*Task to carry out*: Each record in the material below must be written out again exactly.

* * * * * * * * *

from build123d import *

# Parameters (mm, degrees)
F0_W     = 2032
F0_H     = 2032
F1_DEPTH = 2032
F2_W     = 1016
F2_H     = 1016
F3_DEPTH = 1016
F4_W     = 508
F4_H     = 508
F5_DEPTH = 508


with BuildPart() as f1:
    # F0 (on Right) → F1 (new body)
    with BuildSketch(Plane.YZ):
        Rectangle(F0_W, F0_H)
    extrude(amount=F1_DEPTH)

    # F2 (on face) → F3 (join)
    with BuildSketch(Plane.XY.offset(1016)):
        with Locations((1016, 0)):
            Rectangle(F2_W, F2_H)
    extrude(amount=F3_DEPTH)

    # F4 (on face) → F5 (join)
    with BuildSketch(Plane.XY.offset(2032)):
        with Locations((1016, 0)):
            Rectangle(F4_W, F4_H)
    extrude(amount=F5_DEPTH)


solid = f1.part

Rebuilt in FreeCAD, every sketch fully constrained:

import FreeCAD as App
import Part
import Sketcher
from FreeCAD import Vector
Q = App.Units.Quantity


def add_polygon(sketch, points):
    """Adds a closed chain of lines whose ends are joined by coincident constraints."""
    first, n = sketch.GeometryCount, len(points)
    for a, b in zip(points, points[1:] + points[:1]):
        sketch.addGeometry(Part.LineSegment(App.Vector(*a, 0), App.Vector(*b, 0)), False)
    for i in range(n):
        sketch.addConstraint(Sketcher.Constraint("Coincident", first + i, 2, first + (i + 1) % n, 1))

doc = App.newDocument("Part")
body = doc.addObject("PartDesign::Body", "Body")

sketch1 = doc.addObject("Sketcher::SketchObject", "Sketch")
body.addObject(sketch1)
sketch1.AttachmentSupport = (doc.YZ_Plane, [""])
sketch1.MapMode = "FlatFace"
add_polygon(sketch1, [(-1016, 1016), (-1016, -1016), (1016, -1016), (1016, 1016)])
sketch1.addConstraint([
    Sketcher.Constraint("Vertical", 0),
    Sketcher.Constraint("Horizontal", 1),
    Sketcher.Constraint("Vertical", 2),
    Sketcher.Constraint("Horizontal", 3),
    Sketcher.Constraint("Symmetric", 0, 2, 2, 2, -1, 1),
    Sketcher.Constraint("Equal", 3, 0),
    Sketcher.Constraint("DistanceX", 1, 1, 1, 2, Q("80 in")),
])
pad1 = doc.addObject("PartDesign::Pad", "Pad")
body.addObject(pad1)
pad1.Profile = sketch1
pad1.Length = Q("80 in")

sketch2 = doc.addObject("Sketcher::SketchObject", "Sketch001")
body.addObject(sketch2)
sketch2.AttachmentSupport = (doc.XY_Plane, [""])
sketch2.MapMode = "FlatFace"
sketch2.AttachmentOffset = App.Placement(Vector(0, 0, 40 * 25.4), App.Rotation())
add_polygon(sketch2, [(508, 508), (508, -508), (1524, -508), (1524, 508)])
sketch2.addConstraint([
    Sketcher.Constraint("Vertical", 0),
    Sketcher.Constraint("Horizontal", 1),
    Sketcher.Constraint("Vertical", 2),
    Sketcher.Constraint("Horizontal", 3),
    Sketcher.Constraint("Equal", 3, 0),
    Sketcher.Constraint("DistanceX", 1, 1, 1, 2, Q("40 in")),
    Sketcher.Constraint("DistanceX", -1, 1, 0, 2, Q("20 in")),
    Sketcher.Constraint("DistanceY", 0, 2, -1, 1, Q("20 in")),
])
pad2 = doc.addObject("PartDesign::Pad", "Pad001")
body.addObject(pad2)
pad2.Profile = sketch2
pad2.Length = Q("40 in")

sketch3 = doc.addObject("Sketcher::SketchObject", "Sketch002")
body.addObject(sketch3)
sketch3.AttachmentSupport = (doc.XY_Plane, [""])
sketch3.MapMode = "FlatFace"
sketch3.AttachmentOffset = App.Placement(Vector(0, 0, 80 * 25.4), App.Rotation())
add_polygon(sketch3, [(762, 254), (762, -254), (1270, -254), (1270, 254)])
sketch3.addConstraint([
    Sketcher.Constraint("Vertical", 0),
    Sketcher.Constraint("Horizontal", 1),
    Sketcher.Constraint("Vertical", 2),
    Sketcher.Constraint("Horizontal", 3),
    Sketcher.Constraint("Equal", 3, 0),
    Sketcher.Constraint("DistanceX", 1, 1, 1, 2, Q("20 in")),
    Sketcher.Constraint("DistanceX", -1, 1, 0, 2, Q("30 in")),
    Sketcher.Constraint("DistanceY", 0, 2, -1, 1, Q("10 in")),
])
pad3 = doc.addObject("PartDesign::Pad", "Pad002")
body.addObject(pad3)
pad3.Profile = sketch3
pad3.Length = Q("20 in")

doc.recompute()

* * * * * * * * *

*Exercise response*:
from build123d import *

# Parameters (mm, degrees)
F0_W     = 2032
F0_H     = 2032
F1_DEPTH = 2032
F2_W     = 1016
F2_H     = 1016
F3_DEPTH = 1016
F4_W     = 508
F4_H     = 508
F5_DEPTH = 508


with BuildPart() as f1:
    # F0 (on Right) → F1 (new body)
    with BuildSketch(Plane.YZ):
        Rectangle(F0_W, F0_H)
    extrude(amount=F1_DEPTH)

    # F2 (on face) → F3 (join)
    with BuildSketch(Plane.XY.offset(1016)):
        with Locations((1016, 0)):
            Rectangle(F2_W, F2_H)
    extrude(amount=F3_DEPTH)

    # F4 (on face) → F5 (join)
    with BuildSketch(Plane.XY.offset(2032)):
        with Locations((1016, 0)):
            Rectangle(F4_W, F4_H)
    extrude(amount=F5_DEPTH)


solid = f1.part

Rebuilt in FreeCAD, every sketch fully constrained:

import FreeCAD as App
import Part
import Sketcher
from FreeCAD import Vector
Q = App.Units.Quantity


def add_polygon(sketch, points):
    """Adds a closed chain of lines whose ends are joined by coincident constraints."""
    first, n = sketch.GeometryCount, len(points)
    for a, b in zip(points, points[1:] + points[:1]):
        sketch.addGeometry(Part.LineSegment(App.Vector(*a, 0), App.Vector(*b, 0)), False)
    for i in range(n):
        sketch.addConstraint(Sketcher.Constraint("Coincident", first + i, 2, first + (i + 1) % n, 1))

doc = App.newDocument("Part")
body = doc.addObject("PartDesign::Body", "Body")

sketch1 = doc.addObject("Sketcher::SketchObject", "Sketch")
body.addObject(sketch1)
sketch1.AttachmentSupport = (doc.YZ_Plane, [""])
sketch1.MapMode = "FlatFace"
add_polygon(sketch1, [(-1016, 1016), (-1016, -1016), (1016, -1016), (1016, 1016)])
sketch1.addConstraint([
    Sketcher.Constraint("Vertical", 0),
    Sketcher.Constraint("Horizontal", 1),
    Sketcher.Constraint("Vertical", 2),
    Sketcher.Constraint("Horizontal", 3),
    Sketcher.Constraint("Symmetric", 0, 2, 2, 2, -1, 1),
    Sketcher.Constraint("Equal", 3, 0),
    Sketcher.Constraint("DistanceX", 1, 1, 1, 2, Q("80 in")),
])
pad1 = doc.addObject("PartDesign::Pad", "Pad")
body.addObject(pad1)
pad1.Profile = sketch1
pad1.Length = Q("80 in")

sketch2 = doc.addObject("Sketcher::SketchObject", "Sketch001")
body.addObject(sketch2)
sketch2.AttachmentSupport = (doc.XY_Plane, [""])
sketch2.MapMode = "FlatFace"
sketch2.AttachmentOffset = App.Placement(Vector(0, 0, 40 * 25.4), App.Rotation())
add_polygon(sketch2, [(508, 508), (508, -508), (1524, -508), (1524, 508)])
sketch2.addConstraint([
    Sketcher.Constraint("Vertical", 0),
    Sketcher.Constraint("Horizontal", 1),
    Sketcher.Constraint("Vertical", 2),
    Sketcher.Constraint("Horizontal", 3),
    Sketcher.Constraint("Equal", 3, 0),
    Sketcher.Constraint("DistanceX", 1, 1, 1, 2, Q("40 in")),
    Sketcher.Constraint("DistanceX", -1, 1, 0, 2, Q("20 in")),
    Sketcher.Constraint("DistanceY", 0, 2, -1, 1, Q("20 in")),
])
pad2 = doc.addObject("PartDesign::Pad", "Pad001")
body.addObject(pad2)
pad2.Profile = sketch2
pad2.Length = Q("40 in")

sketch3 = doc.addObject("Sketcher::SketchObject", "Sketch002")
body.addObject(sketch3)
sketch3.AttachmentSupport = (doc.XY_Plane, [""])
sketch3.MapMode = "FlatFace"
sketch3.AttachmentOffset = App.Placement(Vector(0, 0, 80 * 25.4), App.Rotation())
add_polygon(sketch3, [(762, 254), (762, -254), (1270, -254), (1270, 254)])
sketch3.addConstraint([
    Sketcher.Constraint("Vertical", 0),
    Sketcher.Constraint("Horizontal", 1),
    Sketcher.Constraint("Vertical", 2),
    Sketcher.Constraint("Horizontal", 3),
    Sketcher.Constraint("Equal", 3, 0),
    Sketcher.Constraint("DistanceX", 1, 1, 1, 2, Q("20 in")),
    Sketcher.Constraint("DistanceX", -1, 1, 0, 2, Q("30 in")),
    Sketcher.Constraint("DistanceY", 0, 2, -1, 1, Q("10 in")),
])
pad3 = doc.addObject("PartDesign::Pad", "Pad002")
body.addObject(pad3)
pad3.Profile = sketch3
pad3.Length = Q("20 in")

doc.recompute()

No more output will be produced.